KR20170055357A - Location finding system for missing kid and method thereof - Google Patents

Abstract

The present invention relates to a system for locating a position of a missing child and a method thereof and, more specifically, to a portable terminal-based missing child locating system, which enables a person to easily identify the position of a missing child using a portable terminal carried by anyone and a method thereof. The method of locating a missing child according to the present invention comprises the steps of: (a) repeatedly receiving, by a portable terminal, a beacon signal from a beacon provided in a childs clothes; (b) after moving the portable terminal, receiving the beacon signal received from the beacon and producing an actual circle indicating a position of the child with a position of the portable terminal after the movement of the portable terminal as the center of the circle based on the received beacon signal; (c) at the reception time point in step (b), producing a virtual circle indicating the predicted position of the child with the position of the portable terminal before the movement of the portable terminal based on the beacon signal received in step (a); and (d) calculating an intersection point between the actual circle and the virtual circle produced in step (b) and step (c). The present invention provides a convenience of locating the child with one portable terminal instead of a plurality of beacon scanners or portable terminals required for triangulation. In addition, it is possible to provide information on the position and movement direction of the child within the communications range of the beacon and provide missing position and direction information even when the child is out of the communication range, such that the child can be easily found.

Description

BACKGROUND OF THE INVENTION 1. Field of the Invention [0001] The present invention relates to a position detection system,

The present invention relates to a system and method for detecting a missing position, and more particularly, to a system and method for detecting a missing position based on a portable terminal that enables a user to easily grasp a position of a missing person using a portable terminal will be.
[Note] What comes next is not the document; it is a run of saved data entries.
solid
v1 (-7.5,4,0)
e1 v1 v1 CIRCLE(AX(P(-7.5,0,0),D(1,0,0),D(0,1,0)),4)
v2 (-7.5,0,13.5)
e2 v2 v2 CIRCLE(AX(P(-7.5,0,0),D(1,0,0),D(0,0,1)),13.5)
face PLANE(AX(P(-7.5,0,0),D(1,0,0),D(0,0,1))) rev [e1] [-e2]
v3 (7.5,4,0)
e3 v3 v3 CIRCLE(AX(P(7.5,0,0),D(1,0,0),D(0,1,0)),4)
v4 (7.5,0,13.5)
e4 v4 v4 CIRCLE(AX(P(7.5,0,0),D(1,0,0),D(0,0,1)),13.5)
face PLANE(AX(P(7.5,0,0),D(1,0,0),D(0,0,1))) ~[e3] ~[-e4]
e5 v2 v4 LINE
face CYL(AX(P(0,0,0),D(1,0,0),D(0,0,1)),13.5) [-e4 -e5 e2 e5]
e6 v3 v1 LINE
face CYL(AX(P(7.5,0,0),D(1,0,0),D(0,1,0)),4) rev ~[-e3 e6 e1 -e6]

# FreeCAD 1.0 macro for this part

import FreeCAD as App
import Part
import Sketcher

V = App.Vector
Q = App.Units.Quantity

doc = App.newDocument("Part")
body = doc.addObject("PartDesign::Body", "Body")

sketch1 = body.newObject("Sketcher::SketchObject", "Sketch")
sketch1.AttachmentSupport = (doc.getObject("XZ_Plane"), [""])
sketch1.MapMode = "FlatFace"
sketch1.addGeometry(Part.LineSegment(V(-8, 14, 0), V(-8, 0, 0)), False)
sketch1.addGeometry(Part.LineSegment(V(-8, 0, 0), V(8, 0, 0)), False)
sketch1.addGeometry(Part.LineSegment(V(8, 0, 0), V(8, 14, 0)), False)
sketch1.addGeometry(Part.LineSegment(V(8, 14, 0), V(-8, 14, 0)), False)
sketch1.addConstraint(Sketcher.Constraint("Coincident", 0, 2, 1, 1))
sketch1.addConstraint(Sketcher.Constraint("Coincident", 1, 2, 2, 1))
sketch1.addConstraint(Sketcher.Constraint("Coincident", 2, 2, 3, 1))
sketch1.addConstraint(Sketcher.Constraint("Coincident", 3, 2, 0, 1))
sketch1.addConstraint(Sketcher.Constraint("Vertical", 0))
sketch1.addConstraint(Sketcher.Constraint("Horizontal", 1))
sketch1.addConstraint(Sketcher.Constraint("Vertical", 2))
sketch1.addConstraint(Sketcher.Constraint("Horizontal", 3))
sketch1.addConstraint(Sketcher.Constraint("Symmetric", 0, 2, 1, 2, -1, 1))
sketch1.addConstraint(Sketcher.Constraint("DistanceX", 1, 1, 1, 2, Q("15 mm")))
sketch1.addConstraint(Sketcher.Constraint("DistanceY", 0, 2, 0, 1, Q("13.5 mm")))
revolution = body.newObject("PartDesign::Revolution", "Revolution")
revolution.Profile = sketch1
revolution.ReferenceAxis = (sketch1, ["H_Axis"])
revolution.Angle = 360

sketch2 = body.newObject("Sketcher::SketchObject", "Sketch001")
sketch2.AttachmentSupport = (doc.getObject("YZ_Plane"), [""])
sketch2.MapMode = "FlatFace"
sketch2.AttachmentOffset = App.Placement(V(0, 0, 7.5), App.Rotation())
sketch2.addGeometry(Part.Circle(V(0, 0, 0), V(0, 0, 1), 4), False)
sketch2.addConstraint(Sketcher.Constraint("Coincident", 0, 3, -1, 1))
sketch2.addConstraint(Sketcher.Constraint("Diameter", 0, Q("8 mm")))
pocket1 = body.newObject("PartDesign::Pocket", "Pocket")
pocket1.Profile = sketch2
pocket1.Type = "ThroughAll"

doc.recompute()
Prevention / detection technology has been proposed continuously in close relation with the emergence of near / far communication technology. For example, an RFID tag based on NFC (patent registration No. 1369292 etc.), WiFi based (patent registration No. 1496341 etc.), RFID tag based (Korean Published Patent No. 2014-140217 etc.), Bluetooth based (Korean Patent Publication No. 2003-65014 ) Have been developed based on various communication protocols and terminals.

In recent years, Beacon became a hot item in the IT field after the release of the iPhone with iBeacon. Bluetooth-based ibicacons have been introduced as near-field marketing or payment methods, but due to their superior strengths, people are more committed to researching more applications.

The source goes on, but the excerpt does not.